◆ Problem to solve ◆
In the data below, the answer is the run of lines from the line containing "f 278 279 281" through the line containing "f 269 267 92", both included; print it exactly and nothing else.

◆ Data ◆
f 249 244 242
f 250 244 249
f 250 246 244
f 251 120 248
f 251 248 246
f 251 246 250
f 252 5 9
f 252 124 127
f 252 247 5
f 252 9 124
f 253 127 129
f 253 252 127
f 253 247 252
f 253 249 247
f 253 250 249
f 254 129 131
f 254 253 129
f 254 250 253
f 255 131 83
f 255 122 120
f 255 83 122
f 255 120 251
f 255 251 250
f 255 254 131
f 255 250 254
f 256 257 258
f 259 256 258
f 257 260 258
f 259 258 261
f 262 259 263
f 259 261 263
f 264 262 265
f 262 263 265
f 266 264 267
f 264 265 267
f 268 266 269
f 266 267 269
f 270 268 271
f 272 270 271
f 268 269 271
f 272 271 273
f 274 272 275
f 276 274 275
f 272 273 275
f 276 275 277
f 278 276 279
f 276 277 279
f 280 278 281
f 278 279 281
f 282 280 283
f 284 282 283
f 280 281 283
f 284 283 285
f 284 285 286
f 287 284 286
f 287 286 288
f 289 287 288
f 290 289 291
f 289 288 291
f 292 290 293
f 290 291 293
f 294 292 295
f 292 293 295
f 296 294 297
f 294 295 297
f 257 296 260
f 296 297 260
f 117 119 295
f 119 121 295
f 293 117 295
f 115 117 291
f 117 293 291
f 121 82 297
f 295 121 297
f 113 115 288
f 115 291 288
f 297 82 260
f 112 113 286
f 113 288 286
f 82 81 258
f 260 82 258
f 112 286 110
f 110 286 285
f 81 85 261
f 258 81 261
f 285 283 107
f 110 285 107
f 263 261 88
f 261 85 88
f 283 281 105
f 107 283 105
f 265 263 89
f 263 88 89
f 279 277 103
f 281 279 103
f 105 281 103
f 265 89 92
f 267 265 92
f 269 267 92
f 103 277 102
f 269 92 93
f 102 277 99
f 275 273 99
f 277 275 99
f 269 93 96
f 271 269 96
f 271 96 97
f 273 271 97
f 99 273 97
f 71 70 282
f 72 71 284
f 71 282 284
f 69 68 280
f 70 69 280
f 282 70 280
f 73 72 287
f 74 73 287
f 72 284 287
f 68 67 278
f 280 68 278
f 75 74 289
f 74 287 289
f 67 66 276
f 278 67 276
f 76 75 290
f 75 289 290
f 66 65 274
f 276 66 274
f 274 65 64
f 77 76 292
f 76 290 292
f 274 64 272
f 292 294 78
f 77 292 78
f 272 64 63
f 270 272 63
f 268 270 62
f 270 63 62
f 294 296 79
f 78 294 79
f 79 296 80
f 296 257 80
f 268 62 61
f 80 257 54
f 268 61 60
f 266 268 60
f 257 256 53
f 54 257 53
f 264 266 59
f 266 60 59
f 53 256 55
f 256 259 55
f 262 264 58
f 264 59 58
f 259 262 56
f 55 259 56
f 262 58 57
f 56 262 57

==

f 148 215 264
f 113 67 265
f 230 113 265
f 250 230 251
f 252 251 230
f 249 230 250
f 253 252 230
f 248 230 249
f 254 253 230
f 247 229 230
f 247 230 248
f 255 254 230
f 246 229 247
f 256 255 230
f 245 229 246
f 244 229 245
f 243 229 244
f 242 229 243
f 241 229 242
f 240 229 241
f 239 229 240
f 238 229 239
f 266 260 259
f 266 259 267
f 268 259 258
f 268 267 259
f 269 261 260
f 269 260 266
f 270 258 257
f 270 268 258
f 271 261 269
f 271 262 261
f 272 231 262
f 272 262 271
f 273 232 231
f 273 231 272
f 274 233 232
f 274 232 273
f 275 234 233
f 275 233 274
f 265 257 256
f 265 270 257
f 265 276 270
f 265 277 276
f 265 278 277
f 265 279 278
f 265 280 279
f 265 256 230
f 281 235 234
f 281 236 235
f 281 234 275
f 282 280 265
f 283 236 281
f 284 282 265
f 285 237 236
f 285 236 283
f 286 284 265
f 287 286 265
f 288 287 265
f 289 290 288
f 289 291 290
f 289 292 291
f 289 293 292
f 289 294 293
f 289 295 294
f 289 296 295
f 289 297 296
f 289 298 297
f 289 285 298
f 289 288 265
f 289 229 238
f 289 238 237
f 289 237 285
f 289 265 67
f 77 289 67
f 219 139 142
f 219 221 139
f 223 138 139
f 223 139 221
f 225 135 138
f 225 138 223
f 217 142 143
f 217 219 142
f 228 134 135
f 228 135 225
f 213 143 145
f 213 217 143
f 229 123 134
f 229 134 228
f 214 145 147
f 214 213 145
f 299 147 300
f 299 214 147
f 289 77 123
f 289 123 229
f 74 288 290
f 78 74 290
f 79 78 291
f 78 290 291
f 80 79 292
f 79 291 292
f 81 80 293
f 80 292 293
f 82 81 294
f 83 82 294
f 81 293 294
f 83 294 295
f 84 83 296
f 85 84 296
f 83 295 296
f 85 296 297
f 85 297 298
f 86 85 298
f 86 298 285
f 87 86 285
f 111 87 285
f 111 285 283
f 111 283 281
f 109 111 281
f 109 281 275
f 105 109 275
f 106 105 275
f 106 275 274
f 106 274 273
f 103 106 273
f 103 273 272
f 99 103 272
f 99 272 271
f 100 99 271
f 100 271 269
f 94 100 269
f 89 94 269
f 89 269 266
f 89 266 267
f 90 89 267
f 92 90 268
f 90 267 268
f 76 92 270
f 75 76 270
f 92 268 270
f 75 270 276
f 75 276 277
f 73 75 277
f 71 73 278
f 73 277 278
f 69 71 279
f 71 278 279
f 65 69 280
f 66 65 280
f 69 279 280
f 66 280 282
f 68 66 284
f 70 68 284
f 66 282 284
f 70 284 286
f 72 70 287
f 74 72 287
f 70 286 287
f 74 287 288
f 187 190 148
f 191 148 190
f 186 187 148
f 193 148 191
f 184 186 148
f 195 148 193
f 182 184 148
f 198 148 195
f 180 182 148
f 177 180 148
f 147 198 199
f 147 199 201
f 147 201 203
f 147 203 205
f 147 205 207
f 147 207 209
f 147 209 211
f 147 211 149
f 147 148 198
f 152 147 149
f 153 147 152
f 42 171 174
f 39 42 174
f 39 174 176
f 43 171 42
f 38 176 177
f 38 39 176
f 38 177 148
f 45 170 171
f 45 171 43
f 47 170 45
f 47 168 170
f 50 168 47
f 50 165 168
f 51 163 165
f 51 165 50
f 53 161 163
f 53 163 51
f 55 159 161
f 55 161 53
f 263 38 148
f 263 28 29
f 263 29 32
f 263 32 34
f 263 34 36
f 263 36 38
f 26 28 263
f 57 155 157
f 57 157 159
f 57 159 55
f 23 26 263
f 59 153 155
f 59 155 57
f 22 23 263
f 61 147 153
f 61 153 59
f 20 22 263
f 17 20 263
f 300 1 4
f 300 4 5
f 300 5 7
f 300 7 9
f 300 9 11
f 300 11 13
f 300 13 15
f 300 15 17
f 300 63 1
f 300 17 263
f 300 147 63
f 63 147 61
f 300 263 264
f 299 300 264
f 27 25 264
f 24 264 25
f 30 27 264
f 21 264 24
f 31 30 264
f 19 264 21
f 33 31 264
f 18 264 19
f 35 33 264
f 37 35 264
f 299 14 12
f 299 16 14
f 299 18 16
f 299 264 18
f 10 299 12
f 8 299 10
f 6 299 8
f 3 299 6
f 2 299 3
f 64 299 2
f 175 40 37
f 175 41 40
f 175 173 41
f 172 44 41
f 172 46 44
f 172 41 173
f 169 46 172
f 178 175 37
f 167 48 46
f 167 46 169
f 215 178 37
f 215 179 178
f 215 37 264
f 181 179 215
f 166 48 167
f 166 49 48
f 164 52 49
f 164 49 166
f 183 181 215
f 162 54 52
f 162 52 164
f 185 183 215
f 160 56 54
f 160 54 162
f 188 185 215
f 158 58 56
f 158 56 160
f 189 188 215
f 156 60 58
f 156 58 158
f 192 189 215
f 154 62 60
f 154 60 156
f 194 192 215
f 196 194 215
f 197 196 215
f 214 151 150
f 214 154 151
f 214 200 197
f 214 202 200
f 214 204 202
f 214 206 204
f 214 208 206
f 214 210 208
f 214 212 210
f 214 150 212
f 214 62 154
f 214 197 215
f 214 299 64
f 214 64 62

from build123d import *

◆ Written answer ◆
f 278 279 281
f 282 280 283
f 284 282 283
f 280 281 283
f 284 283 285
f 284 285 286
f 287 284 286
f 287 286 288
f 289 287 288
f 290 289 291
f 289 288 291
f 292 290 293
f 290 291 293
f 294 292 295
f 292 293 295
f 296 294 297
f 294 295 297
f 257 296 260
f 296 297 260
f 117 119 295
f 119 121 295
f 293 117 295
f 115 117 291
f 117 293 291
f 121 82 297
f 295 121 297
f 113 115 288
f 115 291 288
f 297 82 260
f 112 113 286
f 113 288 286
f 82 81 258
f 260 82 258
f 112 286 110
f 110 286 285
f 81 85 261
f 258 81 261
f 285 283 107
f 110 285 107
f 263 261 88
f 261 85 88
f 283 281 105
f 107 283 105
f 265 263 89
f 263 88 89
f 279 277 103
f 281 279 103
f 105 281 103
f 265 89 92
f 267 265 92
f 269 267 92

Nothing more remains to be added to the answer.